This month marks the 50th anniversary of the Bay of Pigs invasion, a regime-change operation in Cuba planned and initiated by the CIA. The invasion was a disastrous failure, one that the CIA is still trying to rectify half-a-century later.
When the CIA was established in 1947, the original idea was that it would simply be an intelligence-gathering agency to help the president make decisions in the Cold War against America’s World War II ally, the Soviet Union.
However, the CIA refused to countenance such a limited mission. From the very beginning, it intended to be a major player in the formulation of U.S. foreign policy. The CIA would make itself the prime protector of the “national security” of the United States, with the CIA being the ultimate arbiter of the meaning of that nebulous term.
In 1953, the Iranian people learned first hand the power of the CIA. In a brilliantly planned and orchestrated regime-change operation, the CIA succeeded in ousting the democratically elected prime minister of Iran, a man named Mohammed Mossadegh, and replacing him with an unelected brutal dictator known as the Shah of Iran.
With the full support and cooperation of the CIA, the Shah ruled Iran for the next 26 years with a brutal hand, rounding up opponents, torturing them, and executing them, all with the goal of maintaining “order and stability” in Iran. In 1979, fed up with the cruel U.S-supported tyranny and oppression under which they had lived since 1953, the Iranian people revolted and ousted the Shah from power.
One year after the CIA’s anti-democratic regime change operation in Iran, the CIA did it again, this time in Guatemala. In a brilliantly carried out plan, the CIA succeeded in ousting the democratically elected president of the country and installing a series of brutal military dictatorships. The event ended up throwing the country into a decades-long civil war that took the lives of hundreds of thousands of people. Nonetheless, the coup was considered a huge success by the CIA, especially since it, like the CIA’s regime change in Iran, had somehow protected the “national security” of the United States.
So, coming on the heels of two successful regime-change operations, the CIA figured that a regime-change operation in Cuba would be a piece of cake. It was not to be. When the hundreds of anti-Castro Cubans landed at the Bay of Pigs, Fidel Castro’s military forces were waiting for them. The attackers were killed or captured.
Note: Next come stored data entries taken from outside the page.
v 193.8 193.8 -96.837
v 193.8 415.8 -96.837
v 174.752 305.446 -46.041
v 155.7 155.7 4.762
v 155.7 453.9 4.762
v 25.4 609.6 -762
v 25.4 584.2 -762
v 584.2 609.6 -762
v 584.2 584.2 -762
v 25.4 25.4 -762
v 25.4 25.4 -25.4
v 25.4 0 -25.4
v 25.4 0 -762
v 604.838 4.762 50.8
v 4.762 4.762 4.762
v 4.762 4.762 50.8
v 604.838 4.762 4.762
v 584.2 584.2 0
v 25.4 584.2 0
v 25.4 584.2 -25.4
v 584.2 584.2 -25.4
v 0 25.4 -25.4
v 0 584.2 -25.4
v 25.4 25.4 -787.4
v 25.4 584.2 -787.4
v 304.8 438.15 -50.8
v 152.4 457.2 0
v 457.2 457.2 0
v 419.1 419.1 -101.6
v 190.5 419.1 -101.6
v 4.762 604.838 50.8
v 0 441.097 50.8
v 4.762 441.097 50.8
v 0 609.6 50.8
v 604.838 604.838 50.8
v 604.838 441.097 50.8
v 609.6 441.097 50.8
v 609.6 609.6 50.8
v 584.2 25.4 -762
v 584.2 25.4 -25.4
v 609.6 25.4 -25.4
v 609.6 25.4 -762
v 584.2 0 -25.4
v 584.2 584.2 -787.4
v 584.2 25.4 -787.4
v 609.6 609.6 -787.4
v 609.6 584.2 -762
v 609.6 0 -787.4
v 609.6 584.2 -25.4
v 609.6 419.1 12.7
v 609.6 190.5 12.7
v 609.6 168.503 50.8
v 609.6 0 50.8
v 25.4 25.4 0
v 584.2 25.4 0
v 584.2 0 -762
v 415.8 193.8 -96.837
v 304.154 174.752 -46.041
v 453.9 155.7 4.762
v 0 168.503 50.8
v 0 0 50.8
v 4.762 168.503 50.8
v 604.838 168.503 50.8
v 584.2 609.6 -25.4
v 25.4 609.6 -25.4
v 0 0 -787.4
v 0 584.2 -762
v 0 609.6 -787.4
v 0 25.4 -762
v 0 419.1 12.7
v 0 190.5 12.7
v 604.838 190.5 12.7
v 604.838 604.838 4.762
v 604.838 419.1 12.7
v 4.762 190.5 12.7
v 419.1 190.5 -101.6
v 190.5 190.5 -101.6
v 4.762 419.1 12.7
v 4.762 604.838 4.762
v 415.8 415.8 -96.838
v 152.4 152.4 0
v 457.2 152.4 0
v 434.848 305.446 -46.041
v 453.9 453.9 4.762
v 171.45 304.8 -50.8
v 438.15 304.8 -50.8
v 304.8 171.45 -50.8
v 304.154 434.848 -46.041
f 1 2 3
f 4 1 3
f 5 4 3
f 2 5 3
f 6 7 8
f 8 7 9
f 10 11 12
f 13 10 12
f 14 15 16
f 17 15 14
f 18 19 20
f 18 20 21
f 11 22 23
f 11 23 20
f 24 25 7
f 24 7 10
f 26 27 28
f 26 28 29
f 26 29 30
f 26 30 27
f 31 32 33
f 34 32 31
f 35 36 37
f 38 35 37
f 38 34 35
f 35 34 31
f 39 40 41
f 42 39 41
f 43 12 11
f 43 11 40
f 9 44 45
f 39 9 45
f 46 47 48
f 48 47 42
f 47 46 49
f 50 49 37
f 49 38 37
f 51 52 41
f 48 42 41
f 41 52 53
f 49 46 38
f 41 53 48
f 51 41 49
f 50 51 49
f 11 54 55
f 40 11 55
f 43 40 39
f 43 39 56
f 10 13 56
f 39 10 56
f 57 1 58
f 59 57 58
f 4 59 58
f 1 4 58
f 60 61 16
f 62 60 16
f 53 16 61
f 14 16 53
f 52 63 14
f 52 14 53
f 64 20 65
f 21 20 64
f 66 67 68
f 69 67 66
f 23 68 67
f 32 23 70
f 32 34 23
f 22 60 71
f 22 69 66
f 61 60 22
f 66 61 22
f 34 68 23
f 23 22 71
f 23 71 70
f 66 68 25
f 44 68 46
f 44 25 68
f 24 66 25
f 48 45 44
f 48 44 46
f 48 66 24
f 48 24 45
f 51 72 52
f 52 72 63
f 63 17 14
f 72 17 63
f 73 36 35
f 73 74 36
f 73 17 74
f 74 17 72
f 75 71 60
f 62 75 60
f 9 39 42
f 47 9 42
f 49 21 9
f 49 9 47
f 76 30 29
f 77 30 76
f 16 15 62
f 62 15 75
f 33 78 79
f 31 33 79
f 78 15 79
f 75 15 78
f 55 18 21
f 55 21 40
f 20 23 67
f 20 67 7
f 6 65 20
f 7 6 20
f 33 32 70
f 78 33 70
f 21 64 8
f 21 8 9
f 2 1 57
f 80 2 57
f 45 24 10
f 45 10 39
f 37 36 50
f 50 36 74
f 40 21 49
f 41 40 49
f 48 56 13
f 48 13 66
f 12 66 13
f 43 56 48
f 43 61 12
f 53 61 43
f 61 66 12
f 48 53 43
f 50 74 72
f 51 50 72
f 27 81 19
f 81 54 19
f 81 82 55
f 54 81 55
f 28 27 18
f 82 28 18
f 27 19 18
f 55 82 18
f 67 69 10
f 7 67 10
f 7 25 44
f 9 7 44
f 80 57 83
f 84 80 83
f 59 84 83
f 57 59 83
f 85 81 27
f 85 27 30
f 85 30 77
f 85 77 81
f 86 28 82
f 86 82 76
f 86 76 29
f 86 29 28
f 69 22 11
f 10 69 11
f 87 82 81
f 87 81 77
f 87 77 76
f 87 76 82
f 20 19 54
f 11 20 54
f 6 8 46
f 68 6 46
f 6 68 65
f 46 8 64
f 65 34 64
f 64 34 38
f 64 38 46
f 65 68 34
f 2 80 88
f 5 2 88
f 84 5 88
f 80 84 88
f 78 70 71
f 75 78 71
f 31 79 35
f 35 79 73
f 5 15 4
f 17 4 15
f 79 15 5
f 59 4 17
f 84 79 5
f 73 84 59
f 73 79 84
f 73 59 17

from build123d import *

# Parameters (mm, degrees)
F0_W      = 609.6
F0_H      = 609.6
F1_DEPTH  = 50.8
F2_W      = 304.8
F2_H      = 304.8
F4_W      = 228.6
F4_H      = 228.6
F6_T      = -4.7625
F7_W      = 609.6
F7_H      = 609.6
F7_W_2    = 558.8
F7_H_2    = 558.8
F8_DEPTH  = 25.4
F10_DEPTH = 609.601
F11_W     = 25.4
F11_H     = 25.4
F12_DEPTH = 762
F13_W     = 609.6
F13_H     = 609.6
F13_W_2   = 558.8
F13_H_2   = 558.8
F14_DEPTH = 25.4


with BuildPart() as f1:
    # F0 (on Top) → F1 (new body)
    with BuildSketch(Plane.XY):
        with Locations((304.8, 304.8)):
            Rectangle(F0_W, F0_H)
    extrude(amount=F1_DEPTH)

    # F2 (on face) → F5 section 0
    with BuildSketch(Plane(origin=(0, 0, 0), x_dir=(1, 0, 0), z_dir=(0, 0, -1))):
        with Locations((304.8, -304.8)):
            Rectangle(F2_W, F2_H)
    # F4 (on offset) → F5 section 1
    with BuildSketch(Plane(origin=(0, 0, -101.6), x_dir=(1, 0, 0), z_dir=(0, 0, -1))):
        with Locations((304.8, -304.8)):
            Rectangle(F4_W, F4_H)
    loft()

    # F6
    f6_openings = [f1.faces().sort_by_distance(p)[0] for p in [
        (304.8, 304.8, 50.8),
    ]]
    offset(amount=F6_T, openings=f6_openings, kind=Kind.INTERSECTION)

    # F7 (on face) → F8 (join)
    with BuildSketch(Plane(origin=(0, 0, 0), x_dir=(1, 0, 0), z_dir=(0, 0, -1))):
        with Locations((304.8, -304.8)):
            Rectangle(F7_W, F7_H)
        with Locations((304.8, -304.8)):
            Rectangle(F7_W_2, F7_H_2, mode=Mode.SUBTRACT)
    extrude(amount=F8_DEPTH)

    # F9 (on face) → F10 (cut, through all)
    with BuildSketch(Plane(origin=(0, 0, 0), x_dir=(0, -1, 0), z_dir=(-1, 0, 0))):
        Polygon((-441.0970452561, 50.8), (-419.1, 12.7), (-190.5, 12.7), (-168.5029547439, 50.8), align=None)
    extrude(amount=-F10_DEPTH, mode=Mode.SUBTRACT)

    # F11 (on face) → F12 (join)
    with BuildSketch(Plane(origin=(0, 0, -25.4), x_dir=(1, 0, 0), z_dir=(0, 0, -1))):
        with Locations((12.7, -12.7)):
            Rectangle(F11_W, F11_H)
        with Locations((596.9, -12.7)):
            Rectangle(F11_W, F11_H)
        with Locations((596.9, -596.9)):
            Rectangle(F11_W, F11_H)
        with Locations((12.7, -596.9)):
            Rectangle(F11_W, F11_H)
    extrude(amount=F12_DEPTH)

    # F13 (on face) → F14 (join)
    with BuildSketch(Plane(origin=(0, 0, -787.4), x_dir=(1, 0, 0), z_dir=(0, 0, -1))):
        with Locations((304.8, -304.8)):
            Rectangle(F13_W, F13_H)
        with Locations((304.8, -304.8)):
            Rectangle(F13_W_2, F13_H_2, mode=Mode.SUBTRACT)
    extrude(amount=-F14_DEPTH)


solid = f1.part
While the CIA had planned the attack during President Eisenhower’s administration, it was actually carried out in the first few months of the Kennedy administration. While Kennedy formally took responsibility for the failure, given that the “buck stopped” with him, the truth is that it was the CIA that was actually responsible for the debacle, and Kennedy knew it.
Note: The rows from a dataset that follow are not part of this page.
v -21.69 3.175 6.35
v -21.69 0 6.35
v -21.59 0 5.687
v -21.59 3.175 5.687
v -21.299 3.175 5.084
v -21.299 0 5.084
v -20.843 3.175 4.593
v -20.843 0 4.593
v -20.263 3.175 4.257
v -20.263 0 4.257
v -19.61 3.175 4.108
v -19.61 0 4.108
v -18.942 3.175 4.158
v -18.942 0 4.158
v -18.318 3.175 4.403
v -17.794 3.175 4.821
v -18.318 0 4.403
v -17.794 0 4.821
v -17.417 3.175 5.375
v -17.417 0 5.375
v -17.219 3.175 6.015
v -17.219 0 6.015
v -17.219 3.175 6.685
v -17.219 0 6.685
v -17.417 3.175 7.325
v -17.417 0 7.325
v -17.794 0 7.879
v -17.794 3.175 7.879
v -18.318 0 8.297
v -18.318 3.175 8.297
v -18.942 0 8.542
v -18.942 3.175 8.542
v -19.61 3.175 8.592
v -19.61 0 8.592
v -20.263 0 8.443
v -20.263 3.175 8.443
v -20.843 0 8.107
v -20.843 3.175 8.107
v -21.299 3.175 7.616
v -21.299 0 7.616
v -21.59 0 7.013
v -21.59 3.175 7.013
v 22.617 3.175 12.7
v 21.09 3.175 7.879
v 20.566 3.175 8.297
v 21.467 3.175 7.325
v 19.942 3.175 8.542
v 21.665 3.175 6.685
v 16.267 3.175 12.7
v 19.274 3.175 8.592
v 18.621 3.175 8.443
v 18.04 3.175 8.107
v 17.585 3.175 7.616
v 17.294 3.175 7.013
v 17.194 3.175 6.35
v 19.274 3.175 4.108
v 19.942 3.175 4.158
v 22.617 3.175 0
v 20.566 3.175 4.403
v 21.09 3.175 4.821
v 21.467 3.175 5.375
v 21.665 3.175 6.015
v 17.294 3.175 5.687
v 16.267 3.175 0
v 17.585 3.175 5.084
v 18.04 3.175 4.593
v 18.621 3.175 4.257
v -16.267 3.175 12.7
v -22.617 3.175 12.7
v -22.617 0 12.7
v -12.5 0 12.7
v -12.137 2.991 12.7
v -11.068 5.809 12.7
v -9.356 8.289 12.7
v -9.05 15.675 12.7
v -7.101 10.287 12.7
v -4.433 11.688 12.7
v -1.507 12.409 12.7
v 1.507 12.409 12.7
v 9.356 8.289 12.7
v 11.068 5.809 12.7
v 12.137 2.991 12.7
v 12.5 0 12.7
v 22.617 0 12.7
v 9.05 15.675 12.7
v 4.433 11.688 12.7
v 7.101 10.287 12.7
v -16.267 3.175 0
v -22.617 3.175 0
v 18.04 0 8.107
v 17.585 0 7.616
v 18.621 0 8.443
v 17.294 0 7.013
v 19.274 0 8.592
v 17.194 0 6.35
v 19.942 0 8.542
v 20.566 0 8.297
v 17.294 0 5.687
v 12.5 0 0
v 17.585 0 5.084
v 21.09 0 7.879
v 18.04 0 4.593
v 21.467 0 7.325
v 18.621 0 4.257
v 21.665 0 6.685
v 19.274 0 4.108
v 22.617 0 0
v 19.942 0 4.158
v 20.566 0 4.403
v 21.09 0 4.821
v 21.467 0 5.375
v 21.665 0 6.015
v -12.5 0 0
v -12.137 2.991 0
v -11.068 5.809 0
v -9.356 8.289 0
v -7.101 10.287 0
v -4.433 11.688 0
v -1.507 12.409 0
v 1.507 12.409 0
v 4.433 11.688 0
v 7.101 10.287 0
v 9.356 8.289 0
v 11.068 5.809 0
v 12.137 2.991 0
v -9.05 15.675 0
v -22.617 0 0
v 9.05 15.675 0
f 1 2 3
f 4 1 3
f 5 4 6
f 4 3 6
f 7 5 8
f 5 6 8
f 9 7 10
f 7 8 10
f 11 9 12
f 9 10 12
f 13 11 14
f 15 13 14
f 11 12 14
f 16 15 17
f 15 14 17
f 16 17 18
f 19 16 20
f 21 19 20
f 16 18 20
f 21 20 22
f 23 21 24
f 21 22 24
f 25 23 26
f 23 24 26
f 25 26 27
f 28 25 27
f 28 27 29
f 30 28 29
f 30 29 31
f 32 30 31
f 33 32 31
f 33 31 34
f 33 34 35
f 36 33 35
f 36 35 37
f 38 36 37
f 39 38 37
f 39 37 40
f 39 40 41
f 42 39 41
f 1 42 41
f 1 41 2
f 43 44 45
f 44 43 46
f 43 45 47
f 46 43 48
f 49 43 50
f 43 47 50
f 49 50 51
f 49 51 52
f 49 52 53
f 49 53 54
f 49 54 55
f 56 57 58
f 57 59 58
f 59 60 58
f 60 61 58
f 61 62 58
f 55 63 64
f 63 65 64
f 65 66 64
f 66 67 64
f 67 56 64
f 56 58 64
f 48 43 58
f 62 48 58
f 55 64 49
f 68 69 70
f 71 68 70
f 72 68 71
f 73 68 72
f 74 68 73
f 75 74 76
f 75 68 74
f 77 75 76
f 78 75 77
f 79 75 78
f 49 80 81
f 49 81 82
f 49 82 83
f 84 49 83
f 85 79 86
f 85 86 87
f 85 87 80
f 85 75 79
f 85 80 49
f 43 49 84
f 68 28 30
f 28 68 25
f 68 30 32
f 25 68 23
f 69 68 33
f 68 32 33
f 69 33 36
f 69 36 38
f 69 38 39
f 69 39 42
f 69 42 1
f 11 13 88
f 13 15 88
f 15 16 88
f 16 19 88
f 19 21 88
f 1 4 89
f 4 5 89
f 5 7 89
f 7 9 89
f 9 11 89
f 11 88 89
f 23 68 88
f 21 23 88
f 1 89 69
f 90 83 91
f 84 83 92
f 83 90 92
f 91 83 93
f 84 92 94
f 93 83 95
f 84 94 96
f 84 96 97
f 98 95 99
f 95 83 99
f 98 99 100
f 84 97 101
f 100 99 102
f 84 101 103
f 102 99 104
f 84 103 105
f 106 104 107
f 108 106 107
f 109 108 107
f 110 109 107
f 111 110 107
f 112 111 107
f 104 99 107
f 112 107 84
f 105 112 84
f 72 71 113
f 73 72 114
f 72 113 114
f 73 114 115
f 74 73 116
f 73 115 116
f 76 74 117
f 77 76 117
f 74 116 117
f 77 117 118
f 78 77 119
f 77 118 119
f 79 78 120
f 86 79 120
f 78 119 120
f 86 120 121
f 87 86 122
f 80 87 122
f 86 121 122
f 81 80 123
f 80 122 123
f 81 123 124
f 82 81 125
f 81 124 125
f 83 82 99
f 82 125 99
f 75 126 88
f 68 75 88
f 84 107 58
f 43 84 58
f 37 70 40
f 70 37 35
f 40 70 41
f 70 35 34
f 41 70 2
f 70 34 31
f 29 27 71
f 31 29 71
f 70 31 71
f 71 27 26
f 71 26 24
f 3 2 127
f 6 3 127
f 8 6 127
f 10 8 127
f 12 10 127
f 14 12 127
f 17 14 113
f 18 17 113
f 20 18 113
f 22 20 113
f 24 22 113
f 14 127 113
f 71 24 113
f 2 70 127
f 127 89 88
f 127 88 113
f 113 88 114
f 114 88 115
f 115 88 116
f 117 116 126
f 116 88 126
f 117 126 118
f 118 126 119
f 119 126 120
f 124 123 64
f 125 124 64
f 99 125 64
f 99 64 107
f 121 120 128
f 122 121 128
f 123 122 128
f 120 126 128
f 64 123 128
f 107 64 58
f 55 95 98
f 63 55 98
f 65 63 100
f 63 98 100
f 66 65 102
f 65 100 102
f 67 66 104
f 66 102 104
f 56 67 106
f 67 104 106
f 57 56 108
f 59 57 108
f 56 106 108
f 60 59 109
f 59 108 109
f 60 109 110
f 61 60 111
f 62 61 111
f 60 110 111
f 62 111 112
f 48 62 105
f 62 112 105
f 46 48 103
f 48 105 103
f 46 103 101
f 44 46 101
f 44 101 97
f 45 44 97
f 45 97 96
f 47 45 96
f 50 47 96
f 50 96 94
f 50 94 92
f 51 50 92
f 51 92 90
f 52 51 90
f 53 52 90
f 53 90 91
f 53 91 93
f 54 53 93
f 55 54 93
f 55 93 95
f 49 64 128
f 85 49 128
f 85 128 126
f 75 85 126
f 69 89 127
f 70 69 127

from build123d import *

# Parameters (mm, degrees)
BOSS_EXTRUDE1_DEPTH       = 12.7
F_8_CLEARANCE_HOLE1_D     = 4.4958
F_8_CLEARANCE_HOLE1_DEPTH = 61.468
F_8_CLEARANCE_HOLE1_TIP   = 1.350674586


with BuildPart() as part:
    # Sketch2 → Boss-Extrude1 (new body)
    with BuildSketch(Plane.XY):
        with BuildLine():
            Line((12.5, 0), (22.616843834, 0))
            Line((22.616843834, 0), (22.616843834, 3.175))
            Line((22.616843834, 3.175), (16.266843834, 3.175))
            Line((16.266843834, 3.175), (9.04996547, 15.675))
            Line((9.04996547, 15.675), (-9.04996547, 15.675))
            Line((-9.04996547, 15.675), (-16.266843834, 3.175))
            Line((-16.266843834, 3.175), (-22.616843834, 3.175))
            Line((-22.616843834, 3.175), (-22.616843834, 0))
            Line((-22.616843834, 0), (-12.5, 0))
            ThreePointArc((-12.5, 0), (0, 12.5), (12.5, 0))
        make_face()
    extrude(amount=BOSS_EXTRUDE1_DEPTH)

    # #8 Clearance Hole1
    with Locations(Plane(origin=(0, 3.175, 0), x_dir=(1, 0, 0), z_dir=(0, 1, 0))):
        with Locations((19.441843834, -6.35), (-19.441843834, -6.35)):
            Hole(F_8_CLEARANCE_HOLE1_D / 2, depth=F_8_CLEARANCE_HOLE1_DEPTH)
            with Locations((0, 0, -(F_8_CLEARANCE_HOLE1_DEPTH + F_8_CLEARANCE_HOLE1_TIP / 2))):  # 118° drill point
                Cone(0, F_8_CLEARANCE_HOLE1_D / 2, F_8_CLEARANCE_HOLE1_TIP, mode=Mode.SUBTRACT)


solid = part.part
The CIA and anti-Castro Cubans blamed Kennedy for refusing to provide U.S. air support for the invaders. If U.S. warplanes had come to the assistance of the invaders, the argument went, the invasion would have succeeded.
However, prior to the invasion Kennedy had made it clear to the CIA that the United States would provide no air support for the attackers. If they were to succeed, they had to do it without U.S. air support. The CIA had assured Kennedy that U.S. air support would not be needed and that the operation would succeed without it.
The CIA’s representation to Kennedy was a flat-out lie. The CIA knew that U.S. air support would be required for success. The whole plan was a set-up from the get-go, one in which the CIA hoped to trap Kennedy into providing the needed air support. The CIA figured that once the invasion was underway and in danger of failing, the new president would be trapped into providing the needed support.
But the CIA misread the new president. When Kennedy told them that there would be no air support, he meant it. While he was willing to go along with supporting a group of Cuban immigrants who wished to invade their home country, Kennedy had no intention of using the U.S. military to effect regime change in Cuba or any other Latin American country.
After the invasion, Kennedy realized that he had been set up by the CIA, and was furious. He vowed to tear the CIA into a thousand pieces. He also fired three of the most respected and revered figures inside the CIA: CIA Director Alan Dulles and CIA deputy directors Richard Bissell and Charles Cabell.
Yet, in the eyes of the CIA as well as the anti-Castro Cubans, by failing to provide the air support Kennedy had betrayed his country, Cuba and the Cuban people, and the cause of freedom. Worst of all, he had jeopardized national security by leaving a Soviet-aligned communist in charge in Cuba, one who would allow the Soviet Union to install nuclear missiles in Cuba aimed at the United States the following year.
The anger and distrust between Kennedy and the CIA continued growing until the day he was killed in Dallas, especially after Kennedy refused to bomb and invade Cuba during the Cuban Missile Crisis, promised the Soviet Union that the United States would never invade Cuba, promised to withdraw nuclear weapons from Turkey, refused to send combat forces into Laos and Vietnam, and, worst of all, began reaching out to the Soviet communists to explore a détente between the two nations.
Ironically, the CIA’s decades-long obsession with regime change in Cuba has never died. Fifty years after duplicity and debacle at the Bay of Pigs, the CIA is still interfering with the internal affairs of Cuba with the hope of finally achieving the regime change it failed to achieve five decades ago.